** Work to be completed **
Below are the records; copy exactly the stretch from the line containing "#350=ORIENTED_EDGE('',*,*,#88,.F.);" through the line containing "#382=FACE_BOUND('',#381,.T.);", both ends included, and nothing else.

(Dataset excerpts)
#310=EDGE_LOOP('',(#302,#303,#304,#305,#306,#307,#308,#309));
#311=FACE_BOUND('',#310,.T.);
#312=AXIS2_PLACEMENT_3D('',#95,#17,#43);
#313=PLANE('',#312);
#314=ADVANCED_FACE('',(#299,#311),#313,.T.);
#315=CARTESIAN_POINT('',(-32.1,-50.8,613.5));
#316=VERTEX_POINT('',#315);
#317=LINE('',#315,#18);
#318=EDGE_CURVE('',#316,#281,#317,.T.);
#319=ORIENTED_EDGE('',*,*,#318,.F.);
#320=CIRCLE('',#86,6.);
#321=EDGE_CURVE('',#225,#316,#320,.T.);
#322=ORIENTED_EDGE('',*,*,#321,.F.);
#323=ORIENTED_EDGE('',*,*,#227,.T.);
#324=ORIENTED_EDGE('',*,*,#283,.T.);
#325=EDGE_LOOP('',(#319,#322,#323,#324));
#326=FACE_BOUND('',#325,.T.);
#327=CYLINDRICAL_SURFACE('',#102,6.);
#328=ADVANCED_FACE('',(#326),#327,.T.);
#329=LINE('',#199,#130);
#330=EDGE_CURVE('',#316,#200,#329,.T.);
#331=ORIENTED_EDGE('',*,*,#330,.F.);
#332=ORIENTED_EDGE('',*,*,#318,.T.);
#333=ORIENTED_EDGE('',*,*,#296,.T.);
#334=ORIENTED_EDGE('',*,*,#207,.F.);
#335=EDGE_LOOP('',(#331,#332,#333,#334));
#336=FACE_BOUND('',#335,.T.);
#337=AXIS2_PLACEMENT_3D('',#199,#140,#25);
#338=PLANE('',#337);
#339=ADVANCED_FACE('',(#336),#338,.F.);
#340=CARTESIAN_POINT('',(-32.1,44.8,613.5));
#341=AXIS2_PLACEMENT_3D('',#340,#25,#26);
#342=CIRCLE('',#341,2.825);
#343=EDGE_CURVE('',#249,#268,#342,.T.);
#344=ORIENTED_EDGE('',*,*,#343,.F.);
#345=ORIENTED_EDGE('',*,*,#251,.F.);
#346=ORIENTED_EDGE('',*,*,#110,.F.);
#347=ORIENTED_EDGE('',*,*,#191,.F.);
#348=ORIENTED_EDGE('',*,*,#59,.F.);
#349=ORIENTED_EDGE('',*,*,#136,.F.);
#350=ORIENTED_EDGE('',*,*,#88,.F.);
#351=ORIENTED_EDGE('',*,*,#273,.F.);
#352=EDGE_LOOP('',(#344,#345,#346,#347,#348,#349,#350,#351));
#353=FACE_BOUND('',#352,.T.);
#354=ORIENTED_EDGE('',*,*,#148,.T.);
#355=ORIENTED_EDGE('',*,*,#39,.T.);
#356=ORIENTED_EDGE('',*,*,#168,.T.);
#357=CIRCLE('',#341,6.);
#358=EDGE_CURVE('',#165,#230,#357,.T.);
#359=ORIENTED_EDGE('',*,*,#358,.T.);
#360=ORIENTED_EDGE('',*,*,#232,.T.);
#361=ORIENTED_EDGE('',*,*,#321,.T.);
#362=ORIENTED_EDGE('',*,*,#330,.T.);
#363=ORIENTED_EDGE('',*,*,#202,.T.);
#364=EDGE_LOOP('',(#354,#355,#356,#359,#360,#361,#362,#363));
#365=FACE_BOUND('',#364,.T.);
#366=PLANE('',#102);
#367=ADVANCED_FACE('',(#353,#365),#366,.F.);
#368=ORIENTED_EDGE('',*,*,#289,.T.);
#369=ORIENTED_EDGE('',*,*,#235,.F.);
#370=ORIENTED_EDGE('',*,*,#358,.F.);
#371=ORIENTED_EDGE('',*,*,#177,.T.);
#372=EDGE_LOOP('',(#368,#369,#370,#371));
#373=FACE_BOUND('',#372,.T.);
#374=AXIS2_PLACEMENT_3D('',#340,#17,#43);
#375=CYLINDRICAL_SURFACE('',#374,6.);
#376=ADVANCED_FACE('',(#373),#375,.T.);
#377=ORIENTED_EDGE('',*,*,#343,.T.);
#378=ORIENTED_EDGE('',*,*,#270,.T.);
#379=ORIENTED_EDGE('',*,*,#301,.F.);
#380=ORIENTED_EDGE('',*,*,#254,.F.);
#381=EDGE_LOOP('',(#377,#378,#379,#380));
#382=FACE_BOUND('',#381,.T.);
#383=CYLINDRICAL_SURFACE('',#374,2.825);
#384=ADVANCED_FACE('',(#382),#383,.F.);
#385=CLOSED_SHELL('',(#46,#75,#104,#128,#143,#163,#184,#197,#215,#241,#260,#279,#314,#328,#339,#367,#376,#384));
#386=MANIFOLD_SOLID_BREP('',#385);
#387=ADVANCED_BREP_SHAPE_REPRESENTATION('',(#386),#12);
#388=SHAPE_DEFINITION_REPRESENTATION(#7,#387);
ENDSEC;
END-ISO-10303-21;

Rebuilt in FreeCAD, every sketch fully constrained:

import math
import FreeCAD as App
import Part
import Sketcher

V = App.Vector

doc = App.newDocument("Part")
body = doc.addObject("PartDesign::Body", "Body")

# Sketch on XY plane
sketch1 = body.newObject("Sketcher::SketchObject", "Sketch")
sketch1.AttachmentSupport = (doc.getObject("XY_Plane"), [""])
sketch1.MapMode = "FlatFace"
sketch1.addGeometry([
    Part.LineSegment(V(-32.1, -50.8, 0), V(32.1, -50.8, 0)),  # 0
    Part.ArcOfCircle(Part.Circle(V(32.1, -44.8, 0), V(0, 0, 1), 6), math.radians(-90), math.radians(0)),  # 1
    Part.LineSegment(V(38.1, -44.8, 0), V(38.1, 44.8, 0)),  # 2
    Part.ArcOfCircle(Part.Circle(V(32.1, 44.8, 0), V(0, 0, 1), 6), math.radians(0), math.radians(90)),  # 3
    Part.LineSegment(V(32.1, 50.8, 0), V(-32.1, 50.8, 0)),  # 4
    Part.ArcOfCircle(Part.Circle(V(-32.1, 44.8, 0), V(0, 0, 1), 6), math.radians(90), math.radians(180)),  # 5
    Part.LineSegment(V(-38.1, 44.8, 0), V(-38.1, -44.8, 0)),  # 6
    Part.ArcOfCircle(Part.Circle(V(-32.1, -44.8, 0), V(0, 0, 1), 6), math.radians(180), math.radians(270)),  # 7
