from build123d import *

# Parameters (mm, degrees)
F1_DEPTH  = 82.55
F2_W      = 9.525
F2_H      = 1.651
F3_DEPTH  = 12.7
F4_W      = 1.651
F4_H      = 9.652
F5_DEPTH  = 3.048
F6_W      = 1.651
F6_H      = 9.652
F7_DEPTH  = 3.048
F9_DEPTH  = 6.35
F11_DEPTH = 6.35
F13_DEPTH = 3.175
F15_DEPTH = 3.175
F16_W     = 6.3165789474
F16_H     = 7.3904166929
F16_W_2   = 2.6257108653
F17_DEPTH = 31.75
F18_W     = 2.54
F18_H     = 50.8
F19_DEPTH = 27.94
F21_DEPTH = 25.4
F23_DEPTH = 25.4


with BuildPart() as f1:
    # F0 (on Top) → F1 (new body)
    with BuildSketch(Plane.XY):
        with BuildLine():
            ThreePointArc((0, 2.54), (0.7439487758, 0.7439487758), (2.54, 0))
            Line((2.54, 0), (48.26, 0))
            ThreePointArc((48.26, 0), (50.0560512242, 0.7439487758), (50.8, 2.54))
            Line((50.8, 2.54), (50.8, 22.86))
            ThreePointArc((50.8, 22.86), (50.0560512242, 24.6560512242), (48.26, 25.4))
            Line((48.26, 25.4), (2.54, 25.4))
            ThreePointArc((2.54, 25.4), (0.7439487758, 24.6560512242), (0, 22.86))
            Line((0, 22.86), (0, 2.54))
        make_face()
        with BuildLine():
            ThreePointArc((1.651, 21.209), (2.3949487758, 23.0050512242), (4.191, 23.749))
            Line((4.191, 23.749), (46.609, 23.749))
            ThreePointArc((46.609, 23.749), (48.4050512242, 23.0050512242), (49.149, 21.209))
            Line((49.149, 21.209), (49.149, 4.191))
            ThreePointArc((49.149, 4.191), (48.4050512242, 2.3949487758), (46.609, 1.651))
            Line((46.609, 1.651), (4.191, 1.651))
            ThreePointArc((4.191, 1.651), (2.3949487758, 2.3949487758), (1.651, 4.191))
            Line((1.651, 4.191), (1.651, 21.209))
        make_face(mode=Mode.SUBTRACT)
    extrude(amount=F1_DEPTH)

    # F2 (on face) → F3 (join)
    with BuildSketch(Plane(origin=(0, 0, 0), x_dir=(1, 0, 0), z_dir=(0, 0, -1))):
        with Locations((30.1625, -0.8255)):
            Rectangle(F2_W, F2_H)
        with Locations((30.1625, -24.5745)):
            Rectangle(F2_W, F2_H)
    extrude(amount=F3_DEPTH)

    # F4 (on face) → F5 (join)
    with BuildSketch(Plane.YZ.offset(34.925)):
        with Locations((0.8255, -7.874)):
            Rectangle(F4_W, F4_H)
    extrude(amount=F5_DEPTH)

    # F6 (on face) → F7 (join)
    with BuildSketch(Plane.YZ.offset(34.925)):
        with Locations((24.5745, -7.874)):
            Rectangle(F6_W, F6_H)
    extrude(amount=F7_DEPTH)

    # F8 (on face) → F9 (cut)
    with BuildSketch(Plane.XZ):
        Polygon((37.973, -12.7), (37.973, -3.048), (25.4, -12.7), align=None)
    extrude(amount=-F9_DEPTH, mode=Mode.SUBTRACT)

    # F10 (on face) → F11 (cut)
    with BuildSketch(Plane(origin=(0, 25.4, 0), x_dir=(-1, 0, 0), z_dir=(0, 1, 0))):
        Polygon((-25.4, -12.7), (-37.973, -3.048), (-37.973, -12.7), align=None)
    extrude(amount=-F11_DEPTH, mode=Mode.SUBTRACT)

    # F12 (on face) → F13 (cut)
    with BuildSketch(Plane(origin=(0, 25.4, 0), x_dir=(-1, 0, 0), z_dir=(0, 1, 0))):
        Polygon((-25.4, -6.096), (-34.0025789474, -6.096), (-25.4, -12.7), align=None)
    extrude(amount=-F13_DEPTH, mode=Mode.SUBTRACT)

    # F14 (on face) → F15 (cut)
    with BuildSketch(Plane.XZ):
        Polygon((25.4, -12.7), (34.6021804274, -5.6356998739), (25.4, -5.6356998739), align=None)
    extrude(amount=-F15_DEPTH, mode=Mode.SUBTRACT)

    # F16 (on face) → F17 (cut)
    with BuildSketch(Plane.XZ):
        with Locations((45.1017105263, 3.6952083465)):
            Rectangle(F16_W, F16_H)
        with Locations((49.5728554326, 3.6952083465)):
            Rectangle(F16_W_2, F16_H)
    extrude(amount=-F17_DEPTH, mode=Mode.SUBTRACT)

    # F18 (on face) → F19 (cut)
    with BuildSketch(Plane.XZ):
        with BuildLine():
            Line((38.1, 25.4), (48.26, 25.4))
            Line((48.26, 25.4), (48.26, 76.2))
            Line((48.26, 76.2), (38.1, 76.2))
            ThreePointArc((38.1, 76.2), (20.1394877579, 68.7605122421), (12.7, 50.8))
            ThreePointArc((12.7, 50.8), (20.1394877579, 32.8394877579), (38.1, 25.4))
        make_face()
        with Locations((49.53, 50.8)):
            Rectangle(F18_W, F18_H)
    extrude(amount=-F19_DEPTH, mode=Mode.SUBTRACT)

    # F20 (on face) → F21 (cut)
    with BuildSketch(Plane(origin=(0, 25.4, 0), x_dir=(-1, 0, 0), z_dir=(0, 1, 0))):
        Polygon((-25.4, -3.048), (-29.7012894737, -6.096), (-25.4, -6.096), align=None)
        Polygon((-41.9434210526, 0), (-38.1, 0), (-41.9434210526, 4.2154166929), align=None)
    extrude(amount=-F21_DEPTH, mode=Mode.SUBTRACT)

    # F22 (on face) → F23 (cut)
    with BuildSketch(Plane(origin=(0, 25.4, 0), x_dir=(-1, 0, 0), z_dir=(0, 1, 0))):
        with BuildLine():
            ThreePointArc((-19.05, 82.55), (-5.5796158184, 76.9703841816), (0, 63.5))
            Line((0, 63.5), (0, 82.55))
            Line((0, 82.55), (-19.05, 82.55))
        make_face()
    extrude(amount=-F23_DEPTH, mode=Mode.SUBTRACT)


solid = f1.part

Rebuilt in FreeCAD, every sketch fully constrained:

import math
import FreeCAD as App
import Part
import Sketcher

V = App.Vector
Q = App.Units.Quantity


def add_polygon(sketch, points):
    """Adds a closed chain of lines whose ends are joined by coincident constraints."""
    first, n = sketch.GeometryCount, len(points)
    for a, b in zip(points, points[1:] + points[:1]):
        sketch.addGeometry(Part.LineSegment(App.Vector(*a, 0), App.Vector(*b, 0)), False)
    for i in range(n):
        sketch.addConstraint(Sketcher.Constraint("Coincident", first + i, 2, first + (i + 1) % n, 1))

doc = App.newDocument("Part")
body = doc.addObject("PartDesign::Body", "Body")

# Sketch on XY plane
sketch1 = body.newObject("Sketcher::SketchObject", "Sketch")
sketch1.AttachmentSupport = (doc.getObject("XY_Plane"), [""])
sketch1.MapMode = "FlatFace"
sketch1.addGeometry([
    Part.ArcOfCircle(Part.Circle(V(2.54, 2.54, 0), V(0, 0, 1), 2.54), math.radians(180), math.radians(270)),  # 0
    Part.LineSegment(V(2.54, 0, 0), V(48.26, 0, 0)),  # 1
    Part.ArcOfCircle(Part.Circle(V(48.26, 2.54, 0), V(0, 0, 1), 2.54), math.radians(-90), math.radians(0)),  # 2
    Part.LineSegment(V(50.8, 2.54, 0), V(50.8, 22.86, 0)),  # 3
    Part.ArcOfCircle(Part.Circle(V(48.26, 22.86, 0), V(0, 0, 1), 2.54), math.radians(0), math.radians(90)),  # 4
    Part.LineSegment(V(48.26, 25.4, 0), V(2.54, 25.4, 0)),  # 5
    Part.ArcOfCircle(Part.Circle(V(2.54, 22.86, 0), V(0, 0, 1), 2.54), math.radians(90), math.radians(180)),  # 6
    Part.LineSegment(V(0, 22.86, 0), V(0, 2.54, 0)),  # 7
    Part.LineSegment(V(1.651, 4.191, 0), V(1.651, 21.209, 0)),  # 8
    Part.ArcOfCircle(Part.Circle(V(4.191, 21.209, 0), V(0, 0, 1), 2.54), math.radians(90), math.radians(180)),  # 9
    Part.LineSegment(V(4.191, 23.749, 0), V(46.609, 23.749, 0)),  # 10
    Part.ArcOfCircle(Part.Circle(V(46.609, 21.209, 0), V(0, 0, 1), 2.54), math.radians(0), math.radians(90)),  # 11
    Part.LineSegment(V(49.149, 21.209, 0), V(49.149, 4.191, 0)),  # 12
    Part.ArcOfCircle(Part.Circle(V(46.609, 4.191, 0), V(0, 0, 1), 2.54), math.radians(-90), math.radians(0)),  # 13
    Part.LineSegment(V(46.609, 1.651, 0), V(4.191, 1.651, 0)),  # 14
    Part.ArcOfCircle(Part.Circle(V(4.191, 4.191, 0), V(0, 0, 1), 2.54), math.radians(180), math.radians(270)),  # 15
], False)
sketch1.addConstraint([
    Sketcher.Constraint("Tangent", 0, 2, 1, 1),
    Sketcher.Constraint("Tangent", 1, 2, 2, 1),
    Sketcher.Constraint("Tangent", 2, 2, 3, 1),
    Sketcher.Constraint("Tangent", 3, 2, 4, 1),
    Sketcher.Constraint("Tangent", 4, 2, 5, 1),
    Sketcher.Constraint("Tangent", 5, 2, 6, 1),
    Sketcher.Constraint("Tangent", 6, 2, 7, 1),
    Sketcher.Constraint("Tangent", 7, 2, 0, 1),
    Sketcher.Constraint("Tangent", 8, 2, 9, 2),
    Sketcher.Constraint("Tangent", 9, 1, 10, 1),
    Sketcher.Constraint("Tangent", 10, 2, 11, 2),
    Sketcher.Constraint("Tangent", 11, 1, 12, 1),
    Sketcher.Constraint("Tangent", 12, 2, 13, 2),
    Sketcher.Constraint("Tangent", 13, 1, 14, 1),
    Sketcher.Constraint("Tangent", 14, 2, 15, 2),
    Sketcher.Constraint("Tangent", 15, 1, 8, 1),
    Sketcher.Constraint("Horizontal", 1),
    Sketcher.Constraint("Vertical", 3),
    Sketcher.Constraint("Horizontal", 5),
    Sketcher.Constraint("Vertical", 7),
    Sketcher.Constraint("Vertical", 8),
    Sketcher.Constraint("Horizontal", 10),
    Sketcher.Constraint("Vertical", 12),
    Sketcher.Constraint("Horizontal", 14),
    Sketcher.Constraint("Equal", 0, 2),
    Sketcher.Constraint("Equal", 2, 4),
    Sketcher.Constraint("Equal", 4, 6),
    Sketcher.Constraint("Equal", 6, 9),
    Sketcher.Constraint("Equal", 9, 11),
    Sketcher.Constraint("Equal", 11, 13),
    Sketcher.Constraint("Equal", 13, 15),
    Sketcher.Constraint("PointOnObject", 0, 2, -1),
    Sketcher.Constraint("PointOnObject", 6, 2, -2),
    Sketcher.Constraint("Radius", 0, Q("0.1 in")),
    Sketcher.Constraint("DistanceX", 1, 1, 1, 2, Q("1.8 in")),
    Sketcher.Constraint("DistanceY", 3, 1, 3, 2, Q("0.8 in")),
    Sketcher.Constraint("DistanceX", 10, 1, 10, 2, Q("1.67 in")),
    Sketcher.Constraint("DistanceY", 8, 1, 8, 2, Q("0.67 in")),
    Sketcher.Constraint("DistanceX", -1, 1, 9, 3, Q("0.165 in")),
    Sketcher.Constraint("DistanceY", -1, 1, 9, 3, Q("0.835 in")),
])
pad1 = body.newObject("PartDesign::Pad", "Pad")
pad1.Profile = sketch1
pad1.Length = Q("3.25 in")

# Sketch on XY plane
sketch2 = body.newObject("Sketcher::SketchObject", "Sketch001")
sketch2.AttachmentSupport = (doc.getObject("XY_Plane"), [""])
sketch2.MapMode = "FlatFace"
add_polygon(sketch2, [(25.4, 0), (25.4, 1.651), (34.925, 1.651), (34.925, 0)])  # lines 0-3
add_polygon(sketch2, [(25.4, 23.749), (25.4, 25.4), (34.925, 25.4), (34.925, 23.749)])  # lines 4-7
sketch2.addConstraint([
    Sketcher.Constraint("Vertical", 0),
    Sketcher.Constraint("Horizontal", 1),
    Sketcher.Constraint("Vertical", 2),
    Sketcher.Constraint("Horizontal", 3),
    Sketcher.Constraint("Vertical", 4),
    Sketcher.Constraint("Horizontal", 5),
    Sketcher.Constraint("Vertical", 6),
    Sketcher.Constraint("Horizontal", 7),
    Sketcher.Constraint("PointOnObject", 2, 2, -1),
    Sketcher.Constraint("Vertical", 3, 2, 4, 2),
    Sketcher.Constraint("Vertical", 2, 2, 5, 2),
    Sketcher.Constraint("Equal", 2, 4),
    Sketcher.Constraint("DistanceX", -1, 1, 0, 2, Q("1 in")),
    Sketcher.Constraint("DistanceY", -1, 1, 4, 2, Q("1 in")),
    Sketcher.Constraint("DistanceX", 1, 1, 1, 2, Q("0.375 in")),
    Sketcher.Constraint("DistanceY", 0, 1, 0, 2, Q("0.065 in")),
])
pad2 = body.newObject("PartDesign::Pad", "Pad001")
pad2.Profile = sketch2
pad2.Length = Q("0.5 in")
pad2.Reversed = True

# Sketch on YZ plane
sketch3 = body.newObject("Sketcher::SketchObject", "Sketch002")
sketch3.AttachmentSupport = (doc.getObject("YZ_Plane"), [""])
sketch3.MapMode = "FlatFace"
sketch3.AttachmentOffset = App.Placement(V(0, 0, 1.375 * 25.4), App.Rotation())
add_polygon(sketch3, [(0, -3.048), (0, -12.7), (1.651, -12.7), (1.651, -3.048)])  # lines 0-3
sketch3.addConstraint([
    Sketcher.Constraint("Vertical", 0),
    Sketcher.Constraint("Horizontal", 1),
    Sketcher.Constraint("Vertical", 2),
    Sketcher.Constraint("Horizontal", 3),
    Sketcher.Constraint("PointOnObject", 0, 2, -2),
    Sketcher.Constraint("DistanceY", 0, 2, 0, 1, Q("0.38 in")),
    Sketcher.Constraint("DistanceY", 0, 2, -1, 1, Q("0.5 in")),
    Sketcher.Constraint("DistanceX", 1, 1, 1, 2, Q("0.065 in")),
])
pad3 = body.newObject("PartDesign::Pad", "Pad002")
pad3.Profile = sketch3
pad3.Length = Q("0.12 in")

# Sketch on YZ plane
sketch4 = body.newObject("Sketcher::SketchObject", "Sketch003")
sketch4.AttachmentSupport = (doc.getObject("YZ_Plane"), [""])
sketch4.MapMode = "FlatFace"
sketch4.AttachmentOffset = App.Placement(V(0, 0, 1.375 * 25.4), App.Rotation())
add_polygon(sketch4, [(23.749, -3.048), (23.749, -12.7), (25.4, -12.7), (25.4, -3.048)])  # lines 0-3
sketch4.addConstraint([
    Sketcher.Constraint("Vertical", 0),
    Sketcher.Constraint("Horizontal", 1),
    Sketcher.Constraint("Vertical", 2),
    Sketcher.Constraint("Horizontal", 3),
    Sketcher.Constraint("DistanceX", -1, 1, 1, 2, Q("1 in")),
    Sketcher.Constraint("DistanceY", 0, 2, 0, 1, Q("0.38 in")),
    Sketcher.Constraint("DistanceY", 0, 2, -1, 1, Q("0.5 in")),
    Sketcher.Constraint("DistanceX", 1, 1, 1, 2, Q("0.065 in")),
])
pad4 = body.newObject("PartDesign::Pad", "Pad003")
pad4.Profile = sketch4
pad4.Length = Q("0.12 in")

** Written solution **
#350=ORIENTED_EDGE('',*,*,#88,.F.);
#351=ORIENTED_EDGE('',*,*,#273,.F.);
#352=EDGE_LOOP('',(#344,#345,#346,#347,#348,#349,#350,#351));
#353=FACE_BOUND('',#352,.T.);
#354=ORIENTED_EDGE('',*,*,#148,.T.);
#355=ORIENTED_EDGE('',*,*,#39,.T.);
#356=ORIENTED_EDGE('',*,*,#168,.T.);
#357=CIRCLE('',#341,6.);
#358=EDGE_CURVE('',#165,#230,#357,.T.);
#359=ORIENTED_EDGE('',*,*,#358,.T.);
#360=ORIENTED_EDGE('',*,*,#232,.T.);
#361=ORIENTED_EDGE('',*,*,#321,.T.);
#362=ORIENTED_EDGE('',*,*,#330,.T.);
#363=ORIENTED_EDGE('',*,*,#202,.T.);
#364=EDGE_LOOP('',(#354,#355,#356,#359,#360,#361,#362,#363));
#365=FACE_BOUND('',#364,.T.);
#366=PLANE('',#102);
#367=ADVANCED_FACE('',(#353,#365),#366,.F.);
#368=ORIENTED_EDGE('',*,*,#289,.T.);
#369=ORIENTED_EDGE('',*,*,#235,.F.);
#370=ORIENTED_EDGE('',*,*,#358,.F.);
#371=ORIENTED_EDGE('',*,*,#177,.T.);
#372=EDGE_LOOP('',(#368,#369,#370,#371));
#373=FACE_BOUND('',#372,.T.);
#374=AXIS2_PLACEMENT_3D('',#340,#17,#43);
#375=CYLINDRICAL_SURFACE('',#374,6.);
#376=ADVANCED_FACE('',(#373),#375,.T.);
#377=ORIENTED_EDGE('',*,*,#343,.T.);
#378=ORIENTED_EDGE('',*,*,#270,.T.);
#379=ORIENTED_EDGE('',*,*,#301,.F.);
#380=ORIENTED_EDGE('',*,*,#254,.F.);
#381=EDGE_LOOP('',(#377,#378,#379,#380));
#382=FACE_BOUND('',#381,.T.);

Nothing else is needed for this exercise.